“The headline non-farm payrolls number of 235,000 new jobs created in the US undershot forecasts, but the unemployment rate of 5.2% met them and wage growth of 4.3% year-on-year exceeded expectations. The dollar is weakening – and gold and Bitcoin are strengthening – in the view this mixed bag of numbers means the US Federal Reserve will taper Quantitative Easing slowly, and perhaps more slowly than previously planned,” says AJ Bell Investment Director Russ Mould. “It’s unlikely the Fed needs too many excuses to do nothing, especially none of its three previous attempts to tighten monetary policy over the past decade lasted long, but surely things have come to a pretty pass if one set of monthly jobs data is enough to set the tone for monetary policy at the world’s most powerful central bank?
“The numbers are backward-looking and prone to revision (the last two months’ payrolls numbers were both revised upward alongside the latest data release) and so may not be the most reliable basis for taking such an important decision.
Source: www.bls.gov
“As the American writer Henry Hazlitt once noted: ‘The art of economics consists of looking not merely at the immediate but at the longer effects of any act or policy; it consists of tracing the consequences of that policy for not merely one group, but all groups.’
“The markets may therefore be looking to read too much into one set of figures, while the Fed’s manipulation of bond yields and interest rate leaves it operating beyond its dual mandate covers inflation and employment. The central bank has regularly noted its desire to create a wealth effect, using Quantitative Easing and low interest rates to goose asset prices, and with the prices for shares, real estate, cryptocurrency and non-fungible tokens, to name but four, roaring away, you can say they are succeeding.
“But this begs the question of what happens when the Fed meets its inflation and employment goal and needs to take away stimulus. Three prior attempts to stop adding to and even withdraw QE in the past decade did not last long and even minor rate rises were provoking talk of dislocations in interbank lending markets in autumn 2019, before the pandemic made its presence felt.
Source: FRED - St. Louis Federal Reserve database, US Federal Reserve, Refinitiv data
“According to Fed data, US households and non-profit organisation have never been so exposed to the stock market, with some 40% of their total assets held here.

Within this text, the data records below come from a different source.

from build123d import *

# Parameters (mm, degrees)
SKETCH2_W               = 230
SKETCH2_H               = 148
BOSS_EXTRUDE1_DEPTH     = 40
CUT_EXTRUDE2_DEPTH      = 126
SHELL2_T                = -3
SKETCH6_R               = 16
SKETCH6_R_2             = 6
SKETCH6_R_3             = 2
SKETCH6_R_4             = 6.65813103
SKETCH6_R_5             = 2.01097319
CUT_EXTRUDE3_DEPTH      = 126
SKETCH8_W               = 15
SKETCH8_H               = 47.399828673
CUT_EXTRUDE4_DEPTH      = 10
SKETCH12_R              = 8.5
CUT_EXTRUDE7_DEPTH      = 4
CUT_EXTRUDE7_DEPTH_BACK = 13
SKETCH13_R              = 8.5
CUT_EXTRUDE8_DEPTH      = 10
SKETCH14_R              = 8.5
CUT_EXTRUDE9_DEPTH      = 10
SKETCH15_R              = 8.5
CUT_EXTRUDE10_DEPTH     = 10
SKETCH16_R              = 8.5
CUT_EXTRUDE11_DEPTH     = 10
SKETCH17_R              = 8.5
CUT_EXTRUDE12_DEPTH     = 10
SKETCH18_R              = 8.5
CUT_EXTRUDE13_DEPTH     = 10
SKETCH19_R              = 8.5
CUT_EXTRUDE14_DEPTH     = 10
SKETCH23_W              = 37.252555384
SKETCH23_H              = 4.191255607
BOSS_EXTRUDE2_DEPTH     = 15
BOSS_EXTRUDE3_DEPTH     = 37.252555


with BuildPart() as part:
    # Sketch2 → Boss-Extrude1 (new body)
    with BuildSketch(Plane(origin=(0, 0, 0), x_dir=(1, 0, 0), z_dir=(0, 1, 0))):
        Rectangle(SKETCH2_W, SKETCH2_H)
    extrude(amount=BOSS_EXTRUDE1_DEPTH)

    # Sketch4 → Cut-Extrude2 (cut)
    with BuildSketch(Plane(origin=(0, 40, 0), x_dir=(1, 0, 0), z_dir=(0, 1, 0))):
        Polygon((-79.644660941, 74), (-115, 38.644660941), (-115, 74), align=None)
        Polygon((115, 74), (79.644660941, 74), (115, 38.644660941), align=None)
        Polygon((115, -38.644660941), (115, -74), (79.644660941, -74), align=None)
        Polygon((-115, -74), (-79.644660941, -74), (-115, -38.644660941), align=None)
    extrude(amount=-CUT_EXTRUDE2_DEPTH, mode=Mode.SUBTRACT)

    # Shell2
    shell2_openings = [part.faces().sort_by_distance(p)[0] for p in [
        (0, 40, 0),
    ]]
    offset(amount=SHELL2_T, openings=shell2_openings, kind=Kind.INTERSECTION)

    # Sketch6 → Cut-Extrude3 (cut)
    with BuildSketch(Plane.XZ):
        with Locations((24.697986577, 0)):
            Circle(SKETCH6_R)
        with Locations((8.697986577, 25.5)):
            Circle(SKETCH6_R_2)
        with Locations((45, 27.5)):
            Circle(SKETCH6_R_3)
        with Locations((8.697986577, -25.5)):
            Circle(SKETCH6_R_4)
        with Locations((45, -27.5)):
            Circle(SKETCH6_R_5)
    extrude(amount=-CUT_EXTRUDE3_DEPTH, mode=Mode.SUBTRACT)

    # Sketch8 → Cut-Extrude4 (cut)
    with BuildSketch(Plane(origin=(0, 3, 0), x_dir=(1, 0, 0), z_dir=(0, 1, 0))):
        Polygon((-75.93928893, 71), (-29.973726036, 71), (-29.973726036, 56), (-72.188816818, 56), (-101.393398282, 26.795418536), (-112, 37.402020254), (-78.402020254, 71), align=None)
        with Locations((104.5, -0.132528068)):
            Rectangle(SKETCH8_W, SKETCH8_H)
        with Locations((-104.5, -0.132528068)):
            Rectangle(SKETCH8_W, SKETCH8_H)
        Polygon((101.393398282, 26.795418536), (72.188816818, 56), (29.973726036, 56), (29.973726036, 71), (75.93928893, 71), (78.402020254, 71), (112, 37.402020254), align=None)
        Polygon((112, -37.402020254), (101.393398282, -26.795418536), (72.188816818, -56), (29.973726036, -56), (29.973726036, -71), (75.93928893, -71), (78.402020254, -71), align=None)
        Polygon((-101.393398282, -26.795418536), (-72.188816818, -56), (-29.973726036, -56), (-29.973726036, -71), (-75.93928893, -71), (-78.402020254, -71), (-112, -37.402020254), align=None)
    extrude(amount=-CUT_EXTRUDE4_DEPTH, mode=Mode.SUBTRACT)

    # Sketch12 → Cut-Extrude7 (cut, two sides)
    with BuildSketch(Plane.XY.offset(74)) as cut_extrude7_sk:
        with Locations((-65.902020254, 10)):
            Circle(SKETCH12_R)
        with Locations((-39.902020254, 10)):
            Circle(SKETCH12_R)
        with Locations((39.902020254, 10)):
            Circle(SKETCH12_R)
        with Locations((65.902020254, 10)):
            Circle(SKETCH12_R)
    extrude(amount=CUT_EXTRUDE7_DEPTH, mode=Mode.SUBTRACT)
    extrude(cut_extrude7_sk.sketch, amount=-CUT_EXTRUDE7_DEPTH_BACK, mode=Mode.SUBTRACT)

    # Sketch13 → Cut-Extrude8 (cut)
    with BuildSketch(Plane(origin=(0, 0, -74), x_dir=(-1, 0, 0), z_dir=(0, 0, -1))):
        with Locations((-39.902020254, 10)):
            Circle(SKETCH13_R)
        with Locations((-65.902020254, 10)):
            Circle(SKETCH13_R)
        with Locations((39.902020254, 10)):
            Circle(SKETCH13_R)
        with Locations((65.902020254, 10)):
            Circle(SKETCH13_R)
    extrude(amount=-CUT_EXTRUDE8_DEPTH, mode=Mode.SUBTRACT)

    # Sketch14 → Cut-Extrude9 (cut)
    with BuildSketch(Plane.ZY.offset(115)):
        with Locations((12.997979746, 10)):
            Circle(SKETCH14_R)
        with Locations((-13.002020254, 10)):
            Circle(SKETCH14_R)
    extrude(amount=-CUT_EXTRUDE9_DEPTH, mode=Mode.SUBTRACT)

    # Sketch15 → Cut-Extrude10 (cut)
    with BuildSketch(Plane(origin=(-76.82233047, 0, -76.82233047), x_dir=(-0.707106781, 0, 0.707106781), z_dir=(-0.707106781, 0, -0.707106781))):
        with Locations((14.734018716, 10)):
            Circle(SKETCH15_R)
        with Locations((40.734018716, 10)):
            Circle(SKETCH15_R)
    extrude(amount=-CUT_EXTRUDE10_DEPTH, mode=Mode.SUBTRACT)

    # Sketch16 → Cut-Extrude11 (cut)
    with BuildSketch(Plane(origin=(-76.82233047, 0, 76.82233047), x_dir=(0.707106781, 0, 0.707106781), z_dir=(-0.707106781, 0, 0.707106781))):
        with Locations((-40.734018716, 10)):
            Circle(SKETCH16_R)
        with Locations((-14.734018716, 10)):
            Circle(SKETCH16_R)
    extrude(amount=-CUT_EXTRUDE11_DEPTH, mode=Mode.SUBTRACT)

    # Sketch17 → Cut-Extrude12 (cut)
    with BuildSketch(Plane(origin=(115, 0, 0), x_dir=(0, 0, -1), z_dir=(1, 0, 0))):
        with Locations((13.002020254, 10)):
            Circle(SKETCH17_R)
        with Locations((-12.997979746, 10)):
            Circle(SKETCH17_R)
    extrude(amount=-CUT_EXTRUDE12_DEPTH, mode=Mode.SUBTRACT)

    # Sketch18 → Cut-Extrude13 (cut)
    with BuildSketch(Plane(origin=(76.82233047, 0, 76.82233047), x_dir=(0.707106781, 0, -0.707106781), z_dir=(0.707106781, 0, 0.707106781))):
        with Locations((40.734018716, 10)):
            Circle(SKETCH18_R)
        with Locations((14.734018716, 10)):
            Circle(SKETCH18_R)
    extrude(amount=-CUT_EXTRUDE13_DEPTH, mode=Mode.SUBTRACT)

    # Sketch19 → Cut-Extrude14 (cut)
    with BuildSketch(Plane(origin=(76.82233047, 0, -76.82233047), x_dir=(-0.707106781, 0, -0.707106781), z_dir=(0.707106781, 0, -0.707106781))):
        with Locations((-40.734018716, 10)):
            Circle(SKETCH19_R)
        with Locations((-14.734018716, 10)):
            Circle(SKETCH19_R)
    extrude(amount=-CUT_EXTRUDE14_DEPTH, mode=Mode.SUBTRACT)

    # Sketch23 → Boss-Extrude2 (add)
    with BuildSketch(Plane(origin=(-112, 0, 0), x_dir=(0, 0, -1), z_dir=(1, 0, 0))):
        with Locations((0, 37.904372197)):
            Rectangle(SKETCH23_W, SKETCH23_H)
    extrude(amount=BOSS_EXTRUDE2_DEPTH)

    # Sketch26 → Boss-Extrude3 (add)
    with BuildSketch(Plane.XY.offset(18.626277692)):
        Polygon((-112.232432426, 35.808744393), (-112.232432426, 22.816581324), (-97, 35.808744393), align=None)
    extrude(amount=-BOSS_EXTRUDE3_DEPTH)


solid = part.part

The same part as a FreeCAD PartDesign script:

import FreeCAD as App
import Part
import Sketcher
from FreeCAD import Vector


def faces_at(feature, points):
    """Names of the faces that lie closest to the given points."""
    faces = feature.Shape.Faces
    near = lambda p: min(range(len(faces)), key=lambda i: faces[i].distToShape(Part.Vertex(*p))[0])
    return sorted({f"Face{near(p) + 1}" for p in points})


def add_polygon(sketch, points):
    """Adds a closed chain of lines whose ends are joined by coincident constraints."""
    first, n = sketch.GeometryCount, len(points)
    for a, b in zip(points, points[1:] + points[:1]):
        sketch.addGeometry(Part.LineSegment(App.Vector(*a, 0), App.Vector(*b, 0)), False)
    for i in range(n):
        sketch.addConstraint(Sketcher.Constraint("Coincident", first + i, 2, first + (i + 1) % n, 1))

doc = App.newDocument("Part")
body = doc.addObject("PartDesign::Body", "Body")

# Sketch on XZ plane
sketch1 = body.newObject("Sketcher::SketchObject", "Sketch")
sketch1.AttachmentSupport = (doc.getObject("XZ_Plane"), [""])
sketch1.MapMode = "FlatFace"
add_polygon(sketch1, [(-115, -74), (-115, 74), (115, 74), (115, -74)])  # lines 0-3
sketch1.addConstraint([
    Sketcher.Constraint("Vertical", 0),
    Sketcher.Constraint("Horizontal", 1),
    Sketcher.Constraint("Vertical", 2),
    Sketcher.Constraint("Horizontal", 3),
    Sketcher.Constraint("Symmetric", 0, 2, 2, 2, -1, 1),
    Sketcher.Constraint("DistanceX", 1, 1, 1, 2, 230.0),
    Sketcher.Constraint("DistanceY", 0, 1, 0, 2, 148.0),
])
pad1 = body.newObject("PartDesign::Pad", "Pad")
pad1.Profile = sketch1
pad1.Length = 40
pad1.Reversed = True

# Sketch on XZ plane
sketch2 = body.newObject("Sketcher::SketchObject", "Sketch001")
sketch2.AttachmentSupport = (doc.getObject("XZ_Plane"), [""])
sketch2.MapMode = "FlatFace"
sketch2.AttachmentOffset = App.Placement(Vector(0, 0, -40), App.Rotation())
add_polygon(sketch2, [(-115, -39), (-80, -74), (-115, -74)])  # lines 0-2
add_polygon(sketch2, [(115, -74), (80, -74), (115, -39)])  # lines 3-5
add_polygon(sketch2, [(115, 74), (115, 39), (80, 74)])  # lines 6-8
add_polygon(sketch2, [(-115, 74), (-80, 74), (-115, 39)])  # lines 9-11
sketch2.addConstraint([
    Sketcher.Constraint("Horizontal", 1),
    Sketcher.Constraint("Vertical", 2),
    Sketcher.Constraint("Horizontal", 3),
    Sketcher.Constraint("Vertical", 5),
    Sketcher.Constraint("Vertical", 6),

“On the only three prior occasions when that ratio exceeded 20% - the roaring bull market of the late 1960s, the surging tech bubble of the late 1990s and then the early 2000s – trouble quickly followed as valuations proved unsustainable, capital was misallocated and eventually money and confidence lost.
Source: FRED – St. Louis Federal Reserve database
“The last-published figure is 28.6%. Whereas it is normal to argue that a recession causes a bear market in stocks, it is possible that the situation may be reversed this time, as a bear market would unravel whatever wealth effect the Fed feels it has achieved.”